_WHAT THIS TASK INVOLVES_
Word for word, restate the entries below from their first line through the line that contains "f 775 482 481".

_THE DATA_

....

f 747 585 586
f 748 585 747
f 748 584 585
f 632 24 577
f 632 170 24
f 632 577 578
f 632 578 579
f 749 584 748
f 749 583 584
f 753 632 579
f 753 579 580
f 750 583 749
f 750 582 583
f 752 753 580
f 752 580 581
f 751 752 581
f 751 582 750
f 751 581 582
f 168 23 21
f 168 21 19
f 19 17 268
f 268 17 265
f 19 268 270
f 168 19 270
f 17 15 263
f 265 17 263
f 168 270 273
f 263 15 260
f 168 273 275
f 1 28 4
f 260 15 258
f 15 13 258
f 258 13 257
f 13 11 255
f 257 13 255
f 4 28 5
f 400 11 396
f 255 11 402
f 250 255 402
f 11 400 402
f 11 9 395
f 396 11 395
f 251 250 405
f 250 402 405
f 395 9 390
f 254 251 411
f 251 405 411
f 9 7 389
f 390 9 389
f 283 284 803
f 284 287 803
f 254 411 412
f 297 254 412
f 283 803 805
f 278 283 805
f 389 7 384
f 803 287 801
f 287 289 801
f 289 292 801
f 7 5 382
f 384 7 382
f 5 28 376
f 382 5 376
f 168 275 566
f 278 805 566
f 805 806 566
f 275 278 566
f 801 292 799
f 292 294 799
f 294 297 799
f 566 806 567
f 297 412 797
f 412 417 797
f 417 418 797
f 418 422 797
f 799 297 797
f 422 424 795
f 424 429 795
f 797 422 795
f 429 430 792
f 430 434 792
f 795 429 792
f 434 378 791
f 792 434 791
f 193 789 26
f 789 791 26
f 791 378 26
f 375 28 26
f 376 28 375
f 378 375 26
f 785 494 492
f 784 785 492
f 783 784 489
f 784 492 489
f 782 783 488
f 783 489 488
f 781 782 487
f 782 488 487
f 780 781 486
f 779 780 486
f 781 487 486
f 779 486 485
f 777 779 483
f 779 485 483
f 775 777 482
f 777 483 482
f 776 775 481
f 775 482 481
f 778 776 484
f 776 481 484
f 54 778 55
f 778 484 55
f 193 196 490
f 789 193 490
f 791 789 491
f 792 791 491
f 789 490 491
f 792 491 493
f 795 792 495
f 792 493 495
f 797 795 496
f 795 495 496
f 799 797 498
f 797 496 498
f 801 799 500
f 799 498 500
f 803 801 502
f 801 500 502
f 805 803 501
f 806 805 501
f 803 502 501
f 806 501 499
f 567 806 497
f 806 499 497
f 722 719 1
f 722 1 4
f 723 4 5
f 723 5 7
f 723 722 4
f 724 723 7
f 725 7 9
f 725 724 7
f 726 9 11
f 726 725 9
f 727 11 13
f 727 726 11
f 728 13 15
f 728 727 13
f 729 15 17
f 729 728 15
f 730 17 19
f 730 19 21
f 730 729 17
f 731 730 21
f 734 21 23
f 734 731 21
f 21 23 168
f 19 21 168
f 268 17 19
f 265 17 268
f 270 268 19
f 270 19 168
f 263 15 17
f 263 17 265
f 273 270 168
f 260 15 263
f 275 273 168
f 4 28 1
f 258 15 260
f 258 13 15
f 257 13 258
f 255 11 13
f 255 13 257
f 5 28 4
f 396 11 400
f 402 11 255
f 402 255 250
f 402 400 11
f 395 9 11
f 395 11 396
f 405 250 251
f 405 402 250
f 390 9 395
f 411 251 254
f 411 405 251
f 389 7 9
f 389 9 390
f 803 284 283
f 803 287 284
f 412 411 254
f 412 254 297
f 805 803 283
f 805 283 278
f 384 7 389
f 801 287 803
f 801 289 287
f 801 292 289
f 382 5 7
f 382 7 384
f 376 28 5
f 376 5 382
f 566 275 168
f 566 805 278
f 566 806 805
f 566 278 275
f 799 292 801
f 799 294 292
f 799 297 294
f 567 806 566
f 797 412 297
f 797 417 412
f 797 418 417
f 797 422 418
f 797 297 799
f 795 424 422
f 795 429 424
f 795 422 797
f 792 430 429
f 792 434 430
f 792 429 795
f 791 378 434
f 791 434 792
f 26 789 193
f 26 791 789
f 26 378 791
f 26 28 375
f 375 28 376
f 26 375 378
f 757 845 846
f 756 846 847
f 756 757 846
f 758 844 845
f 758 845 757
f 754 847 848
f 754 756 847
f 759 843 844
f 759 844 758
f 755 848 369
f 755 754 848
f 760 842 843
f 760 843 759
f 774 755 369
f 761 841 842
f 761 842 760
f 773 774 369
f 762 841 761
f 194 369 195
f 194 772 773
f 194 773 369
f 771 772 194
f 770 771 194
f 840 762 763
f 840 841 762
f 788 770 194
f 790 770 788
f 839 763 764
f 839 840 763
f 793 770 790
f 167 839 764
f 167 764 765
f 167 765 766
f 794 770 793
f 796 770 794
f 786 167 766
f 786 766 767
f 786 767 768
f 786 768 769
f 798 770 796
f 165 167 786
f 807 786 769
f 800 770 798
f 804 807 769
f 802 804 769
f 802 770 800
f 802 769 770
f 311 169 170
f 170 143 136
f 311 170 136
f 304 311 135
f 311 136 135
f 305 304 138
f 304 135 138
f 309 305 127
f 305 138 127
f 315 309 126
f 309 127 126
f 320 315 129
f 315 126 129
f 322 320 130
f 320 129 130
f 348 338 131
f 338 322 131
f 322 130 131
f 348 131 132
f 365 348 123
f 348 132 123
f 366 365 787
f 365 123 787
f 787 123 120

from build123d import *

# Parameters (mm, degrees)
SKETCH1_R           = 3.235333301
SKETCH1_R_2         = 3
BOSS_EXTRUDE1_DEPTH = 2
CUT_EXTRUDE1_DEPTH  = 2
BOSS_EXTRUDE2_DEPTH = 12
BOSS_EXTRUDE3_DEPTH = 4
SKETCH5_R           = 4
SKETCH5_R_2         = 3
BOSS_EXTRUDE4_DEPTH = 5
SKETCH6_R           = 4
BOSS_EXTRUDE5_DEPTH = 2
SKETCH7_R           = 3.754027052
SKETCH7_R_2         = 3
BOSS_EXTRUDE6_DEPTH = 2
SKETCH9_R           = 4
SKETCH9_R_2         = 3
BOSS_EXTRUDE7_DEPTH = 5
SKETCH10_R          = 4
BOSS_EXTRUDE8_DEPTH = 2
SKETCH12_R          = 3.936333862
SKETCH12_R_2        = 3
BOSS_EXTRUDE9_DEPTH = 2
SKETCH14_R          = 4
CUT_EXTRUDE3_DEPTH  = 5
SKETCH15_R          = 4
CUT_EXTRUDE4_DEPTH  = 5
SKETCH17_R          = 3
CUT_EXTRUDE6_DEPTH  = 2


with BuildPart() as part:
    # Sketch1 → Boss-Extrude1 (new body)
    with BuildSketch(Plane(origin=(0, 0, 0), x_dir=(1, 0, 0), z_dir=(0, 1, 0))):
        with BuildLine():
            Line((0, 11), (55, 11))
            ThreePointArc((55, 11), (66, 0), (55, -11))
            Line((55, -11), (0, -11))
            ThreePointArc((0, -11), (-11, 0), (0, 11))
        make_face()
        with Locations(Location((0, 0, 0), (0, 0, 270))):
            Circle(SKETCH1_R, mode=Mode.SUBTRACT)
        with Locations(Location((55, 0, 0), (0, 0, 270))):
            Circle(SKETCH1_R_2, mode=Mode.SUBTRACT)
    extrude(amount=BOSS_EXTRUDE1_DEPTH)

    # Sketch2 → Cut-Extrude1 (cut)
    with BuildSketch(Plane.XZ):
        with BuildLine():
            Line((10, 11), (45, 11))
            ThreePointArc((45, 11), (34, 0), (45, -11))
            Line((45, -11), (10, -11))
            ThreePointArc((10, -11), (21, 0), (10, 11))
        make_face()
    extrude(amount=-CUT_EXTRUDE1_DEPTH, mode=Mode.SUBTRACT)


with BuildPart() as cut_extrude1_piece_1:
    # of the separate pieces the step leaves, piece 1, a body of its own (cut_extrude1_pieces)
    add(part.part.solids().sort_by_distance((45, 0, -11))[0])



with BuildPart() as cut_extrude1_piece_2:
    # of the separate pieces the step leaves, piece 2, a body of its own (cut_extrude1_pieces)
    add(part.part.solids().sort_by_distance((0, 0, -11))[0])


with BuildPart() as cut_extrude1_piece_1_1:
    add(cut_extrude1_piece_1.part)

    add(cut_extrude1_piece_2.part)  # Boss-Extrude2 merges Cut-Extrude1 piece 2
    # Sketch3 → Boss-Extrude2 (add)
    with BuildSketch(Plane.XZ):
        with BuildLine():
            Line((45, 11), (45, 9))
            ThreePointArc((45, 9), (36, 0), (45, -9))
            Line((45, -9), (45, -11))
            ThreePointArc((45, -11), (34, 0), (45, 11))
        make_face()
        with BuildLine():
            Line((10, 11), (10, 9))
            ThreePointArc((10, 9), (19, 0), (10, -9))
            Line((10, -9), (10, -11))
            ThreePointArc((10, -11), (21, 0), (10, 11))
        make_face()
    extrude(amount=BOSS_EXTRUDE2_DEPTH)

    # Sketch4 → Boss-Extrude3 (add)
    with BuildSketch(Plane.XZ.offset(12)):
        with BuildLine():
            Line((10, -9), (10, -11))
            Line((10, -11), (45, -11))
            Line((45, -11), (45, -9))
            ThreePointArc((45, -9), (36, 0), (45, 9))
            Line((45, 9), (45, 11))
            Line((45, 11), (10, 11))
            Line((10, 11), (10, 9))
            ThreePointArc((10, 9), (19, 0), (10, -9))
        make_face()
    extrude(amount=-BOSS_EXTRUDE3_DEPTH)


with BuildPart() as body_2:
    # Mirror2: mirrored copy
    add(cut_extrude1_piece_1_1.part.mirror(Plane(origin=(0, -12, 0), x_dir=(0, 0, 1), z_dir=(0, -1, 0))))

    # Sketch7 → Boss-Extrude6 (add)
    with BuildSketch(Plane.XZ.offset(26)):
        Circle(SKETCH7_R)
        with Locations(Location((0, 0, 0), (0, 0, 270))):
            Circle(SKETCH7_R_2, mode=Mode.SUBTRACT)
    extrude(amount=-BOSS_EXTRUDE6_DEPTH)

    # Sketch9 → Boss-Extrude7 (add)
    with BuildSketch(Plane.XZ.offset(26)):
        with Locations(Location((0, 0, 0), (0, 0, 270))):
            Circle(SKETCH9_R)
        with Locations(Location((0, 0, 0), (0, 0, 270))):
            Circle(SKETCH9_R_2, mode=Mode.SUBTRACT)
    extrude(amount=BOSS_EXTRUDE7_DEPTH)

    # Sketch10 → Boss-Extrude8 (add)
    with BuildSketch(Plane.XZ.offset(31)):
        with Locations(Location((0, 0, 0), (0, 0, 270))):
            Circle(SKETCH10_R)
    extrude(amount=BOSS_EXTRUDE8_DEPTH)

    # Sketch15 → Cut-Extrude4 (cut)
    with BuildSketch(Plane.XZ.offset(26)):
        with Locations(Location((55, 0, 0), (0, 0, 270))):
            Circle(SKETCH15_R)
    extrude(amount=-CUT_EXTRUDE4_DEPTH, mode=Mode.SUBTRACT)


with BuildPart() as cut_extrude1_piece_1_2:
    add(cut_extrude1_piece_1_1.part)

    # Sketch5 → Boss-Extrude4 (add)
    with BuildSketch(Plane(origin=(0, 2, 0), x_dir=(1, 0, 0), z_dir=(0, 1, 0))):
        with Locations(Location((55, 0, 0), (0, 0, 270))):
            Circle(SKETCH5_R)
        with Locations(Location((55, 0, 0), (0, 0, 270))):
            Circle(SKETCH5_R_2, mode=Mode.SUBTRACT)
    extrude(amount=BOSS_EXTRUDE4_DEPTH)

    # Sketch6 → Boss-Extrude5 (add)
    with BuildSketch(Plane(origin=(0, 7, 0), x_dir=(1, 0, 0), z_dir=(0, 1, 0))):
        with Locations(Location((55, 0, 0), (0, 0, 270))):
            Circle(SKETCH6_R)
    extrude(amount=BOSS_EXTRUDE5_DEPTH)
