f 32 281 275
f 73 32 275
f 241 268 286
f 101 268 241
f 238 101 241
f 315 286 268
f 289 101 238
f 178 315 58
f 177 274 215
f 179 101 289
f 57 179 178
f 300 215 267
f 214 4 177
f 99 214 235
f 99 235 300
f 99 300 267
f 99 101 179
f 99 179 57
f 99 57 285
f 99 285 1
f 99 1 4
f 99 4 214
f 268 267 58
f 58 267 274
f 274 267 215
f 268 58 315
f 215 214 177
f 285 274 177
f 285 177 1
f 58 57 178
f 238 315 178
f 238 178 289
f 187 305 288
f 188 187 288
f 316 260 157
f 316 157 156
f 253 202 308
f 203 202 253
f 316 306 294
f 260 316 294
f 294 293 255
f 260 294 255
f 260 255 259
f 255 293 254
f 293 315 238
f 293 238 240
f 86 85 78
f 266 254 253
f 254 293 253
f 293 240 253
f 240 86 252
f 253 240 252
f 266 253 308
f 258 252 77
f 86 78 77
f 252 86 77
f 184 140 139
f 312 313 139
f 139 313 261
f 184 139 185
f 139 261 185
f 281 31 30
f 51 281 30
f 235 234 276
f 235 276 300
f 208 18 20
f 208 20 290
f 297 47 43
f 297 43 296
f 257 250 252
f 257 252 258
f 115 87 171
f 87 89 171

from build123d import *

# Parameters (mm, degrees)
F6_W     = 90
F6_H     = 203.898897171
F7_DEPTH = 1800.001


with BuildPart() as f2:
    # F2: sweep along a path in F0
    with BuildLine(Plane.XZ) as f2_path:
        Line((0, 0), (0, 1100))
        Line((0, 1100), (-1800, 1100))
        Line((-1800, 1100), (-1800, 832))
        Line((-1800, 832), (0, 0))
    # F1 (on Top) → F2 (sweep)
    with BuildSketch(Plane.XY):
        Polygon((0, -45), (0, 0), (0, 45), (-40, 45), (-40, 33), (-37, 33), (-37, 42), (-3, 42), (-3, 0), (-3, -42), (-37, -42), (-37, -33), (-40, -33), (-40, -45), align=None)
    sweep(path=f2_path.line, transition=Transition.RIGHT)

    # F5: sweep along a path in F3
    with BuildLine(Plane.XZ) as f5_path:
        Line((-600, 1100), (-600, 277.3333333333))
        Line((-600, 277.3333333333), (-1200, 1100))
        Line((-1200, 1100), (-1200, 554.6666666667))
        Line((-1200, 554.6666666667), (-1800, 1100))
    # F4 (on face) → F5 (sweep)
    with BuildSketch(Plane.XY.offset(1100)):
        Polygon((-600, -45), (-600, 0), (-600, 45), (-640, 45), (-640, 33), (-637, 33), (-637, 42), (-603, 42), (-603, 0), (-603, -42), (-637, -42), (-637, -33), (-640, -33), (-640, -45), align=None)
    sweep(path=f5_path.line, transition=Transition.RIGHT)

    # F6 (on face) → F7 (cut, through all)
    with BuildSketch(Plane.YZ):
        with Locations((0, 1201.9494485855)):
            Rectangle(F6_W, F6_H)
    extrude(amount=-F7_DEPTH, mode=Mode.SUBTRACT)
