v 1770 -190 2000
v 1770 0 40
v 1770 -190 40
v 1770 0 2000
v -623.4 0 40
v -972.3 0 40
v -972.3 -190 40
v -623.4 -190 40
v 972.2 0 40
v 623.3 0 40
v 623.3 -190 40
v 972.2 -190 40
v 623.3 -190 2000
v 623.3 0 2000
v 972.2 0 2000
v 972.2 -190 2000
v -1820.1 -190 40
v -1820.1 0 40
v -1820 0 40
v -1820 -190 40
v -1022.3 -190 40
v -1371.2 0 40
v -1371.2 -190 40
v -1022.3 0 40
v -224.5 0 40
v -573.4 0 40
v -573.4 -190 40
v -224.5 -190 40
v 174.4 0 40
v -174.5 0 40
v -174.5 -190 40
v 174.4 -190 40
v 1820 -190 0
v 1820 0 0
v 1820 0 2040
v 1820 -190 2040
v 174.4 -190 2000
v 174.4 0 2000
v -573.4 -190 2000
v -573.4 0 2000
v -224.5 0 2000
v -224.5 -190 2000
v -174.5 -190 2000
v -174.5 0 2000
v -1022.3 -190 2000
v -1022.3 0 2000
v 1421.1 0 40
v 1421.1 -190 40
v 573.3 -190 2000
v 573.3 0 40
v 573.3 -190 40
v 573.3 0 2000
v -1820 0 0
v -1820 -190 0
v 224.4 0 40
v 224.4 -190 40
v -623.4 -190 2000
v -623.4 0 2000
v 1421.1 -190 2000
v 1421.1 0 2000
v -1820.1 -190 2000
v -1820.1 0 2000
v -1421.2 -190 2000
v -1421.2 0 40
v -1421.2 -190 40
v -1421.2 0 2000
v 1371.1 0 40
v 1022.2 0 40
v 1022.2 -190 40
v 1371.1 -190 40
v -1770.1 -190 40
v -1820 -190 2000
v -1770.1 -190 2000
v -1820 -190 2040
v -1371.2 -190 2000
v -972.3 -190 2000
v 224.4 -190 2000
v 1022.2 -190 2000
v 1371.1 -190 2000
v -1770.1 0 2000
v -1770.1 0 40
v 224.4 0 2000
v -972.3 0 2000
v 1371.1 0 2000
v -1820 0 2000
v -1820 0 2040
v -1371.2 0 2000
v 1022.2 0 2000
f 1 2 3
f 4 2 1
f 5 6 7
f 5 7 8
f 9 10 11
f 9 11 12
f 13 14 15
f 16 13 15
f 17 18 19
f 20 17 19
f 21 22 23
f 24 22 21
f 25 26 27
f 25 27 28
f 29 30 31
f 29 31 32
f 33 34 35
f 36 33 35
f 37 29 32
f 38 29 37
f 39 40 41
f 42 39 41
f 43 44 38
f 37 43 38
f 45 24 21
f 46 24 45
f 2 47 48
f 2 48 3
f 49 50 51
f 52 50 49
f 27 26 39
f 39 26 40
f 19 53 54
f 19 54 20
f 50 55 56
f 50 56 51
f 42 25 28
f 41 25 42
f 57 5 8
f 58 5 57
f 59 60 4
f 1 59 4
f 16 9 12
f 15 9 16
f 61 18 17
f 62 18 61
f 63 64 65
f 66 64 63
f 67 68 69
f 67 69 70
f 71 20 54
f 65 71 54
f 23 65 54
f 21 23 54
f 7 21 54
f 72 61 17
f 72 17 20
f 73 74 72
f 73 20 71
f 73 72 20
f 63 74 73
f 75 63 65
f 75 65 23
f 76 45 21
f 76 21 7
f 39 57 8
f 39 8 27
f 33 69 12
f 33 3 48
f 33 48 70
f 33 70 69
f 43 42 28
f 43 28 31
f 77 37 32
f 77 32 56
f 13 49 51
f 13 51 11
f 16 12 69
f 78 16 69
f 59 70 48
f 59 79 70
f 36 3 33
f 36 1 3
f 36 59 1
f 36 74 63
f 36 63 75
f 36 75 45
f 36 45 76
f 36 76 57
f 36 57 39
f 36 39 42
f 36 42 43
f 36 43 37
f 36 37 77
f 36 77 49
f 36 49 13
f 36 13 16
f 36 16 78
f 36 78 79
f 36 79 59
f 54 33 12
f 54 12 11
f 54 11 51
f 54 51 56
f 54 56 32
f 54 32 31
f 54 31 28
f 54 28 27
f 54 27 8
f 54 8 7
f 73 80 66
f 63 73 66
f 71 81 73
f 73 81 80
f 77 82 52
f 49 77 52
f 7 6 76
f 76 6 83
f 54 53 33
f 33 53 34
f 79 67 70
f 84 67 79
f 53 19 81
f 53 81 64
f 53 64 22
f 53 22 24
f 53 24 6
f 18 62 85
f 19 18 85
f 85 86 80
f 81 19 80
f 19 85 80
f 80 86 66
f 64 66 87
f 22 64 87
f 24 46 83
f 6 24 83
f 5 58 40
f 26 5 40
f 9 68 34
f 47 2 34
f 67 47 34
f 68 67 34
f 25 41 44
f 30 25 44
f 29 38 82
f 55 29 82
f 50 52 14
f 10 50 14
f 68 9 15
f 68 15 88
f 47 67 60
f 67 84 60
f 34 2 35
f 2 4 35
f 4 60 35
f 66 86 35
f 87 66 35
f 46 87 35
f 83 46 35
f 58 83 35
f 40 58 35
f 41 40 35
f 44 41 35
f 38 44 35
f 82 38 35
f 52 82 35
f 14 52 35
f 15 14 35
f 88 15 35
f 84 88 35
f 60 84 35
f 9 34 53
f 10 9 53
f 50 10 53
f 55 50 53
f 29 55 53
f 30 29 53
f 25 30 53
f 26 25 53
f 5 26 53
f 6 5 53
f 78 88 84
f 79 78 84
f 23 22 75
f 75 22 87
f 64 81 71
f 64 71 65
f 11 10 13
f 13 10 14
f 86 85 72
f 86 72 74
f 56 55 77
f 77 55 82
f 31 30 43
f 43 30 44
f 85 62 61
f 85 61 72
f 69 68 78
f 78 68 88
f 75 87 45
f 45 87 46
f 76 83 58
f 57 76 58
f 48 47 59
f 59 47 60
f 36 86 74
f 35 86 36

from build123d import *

# Parameters (mm, degrees)
F0_W     = 3640
F0_H     = 40
F1_DEPTH = 190
F2_DEPTH = 190
F3_W     = 50
F3_H     = 1960
F4_DEPTH = 190


with BuildPart() as f1:
    # F0 (on Front) → F1 (new body)
    with BuildSketch(Plane.XZ):
        with Locations((0, 20)):
            Rectangle(F0_W, F0_H)
    extrude(amount=F1_DEPTH)



with BuildPart() as f2:
    # F0 (on Front) → F2 (new body)
    with BuildSketch(Plane.XZ):
        with Locations((0, 2020)):
            Rectangle(F0_W, F0_H)
    extrude(amount=F2_DEPTH)


with BuildPart() as f1_1:
    add(f1.part)

    add(f2.part)  # F4 merges F2
    # F3 (on Front) → F4 (join)
    with BuildSketch(Plane.XZ):
        with Locations((1795, 1020)):
            Rectangle(F3_W, F3_H)
        with Locations((1396.1, 1020)):
            Rectangle(F3_W, F3_H)
        with Locations((997.2, 1020)):
            Rectangle(F3_W, F3_H)
        with Locations((598.3, 1020)):
            Rectangle(F3_W, F3_H)
        with Locations((199.4, 1020)):
            Rectangle(F3_W, F3_H)
        with Locations((-199.5, 1020)):
            Rectangle(F3_W, F3_H)
        with Locations((-598.4, 1020)):
            Rectangle(F3_W, F3_H)
        with Locations((-997.3, 1020)):
            Rectangle(F3_W, F3_H)
        with Locations((-1396.2, 1020)):
            Rectangle(F3_W, F3_H)
        with Locations((-1795.1, 1020)):
            Rectangle(F3_W, F3_H)
    extrude(amount=F4_DEPTH)


solid = f1_1.part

....

_SOLUTION BELOW_
f 747 585 586
f 748 585 747
f 748 584 585
f 632 24 577
f 632 170 24
f 632 577 578
f 632 578 579
f 749 584 748
f 749 583 584
f 753 632 579
f 753 579 580
f 750 583 749
f 750 582 583
f 752 753 580
f 752 580 581
f 751 752 581
f 751 582 750
f 751 581 582
f 168 23 21
f 168 21 19
f 19 17 268
f 268 17 265
f 19 268 270
f 168 19 270
f 17 15 263
f 265 17 263
f 168 270 273
f 263 15 260
f 168 273 275
f 1 28 4
f 260 15 258
f 15 13 258
f 258 13 257
f 13 11 255
f 257 13 255
f 4 28 5
f 400 11 396
f 255 11 402
f 250 255 402
f 11 400 402
f 11 9 395
f 396 11 395
f 251 250 405
f 250 402 405
f 395 9 390
f 254 251 411
f 251 405 411
f 9 7 389
f 390 9 389
f 283 284 803
f 284 287 803
f 254 411 412
f 297 254 412
f 283 803 805
f 278 283 805
f 389 7 384
f 803 287 801
f 287 289 801
f 289 292 801
f 7 5 382
f 384 7 382
f 5 28 376
f 382 5 376
f 168 275 566
f 278 805 566
f 805 806 566
f 275 278 566
f 801 292 799
f 292 294 799
f 294 297 799
f 566 806 567
f 297 412 797
f 412 417 797
f 417 418 797
f 418 422 797
f 799 297 797
f 422 424 795
f 424 429 795
f 797 422 795
f 429 430 792
f 430 434 792
f 795 429 792
f 434 378 791
f 792 434 791
f 193 789 26
f 789 791 26
f 791 378 26
f 375 28 26
f 376 28 375
f 378 375 26
f 785 494 492
f 784 785 492
f 783 784 489
f 784 492 489
f 782 783 488
f 783 489 488
f 781 782 487
f 782 488 487
f 780 781 486
f 779 780 486
f 781 487 486
f 779 486 485
f 777 779 483
f 779 485 483
f 775 777 482
f 777 483 482
f 776 775 481
f 775 482 481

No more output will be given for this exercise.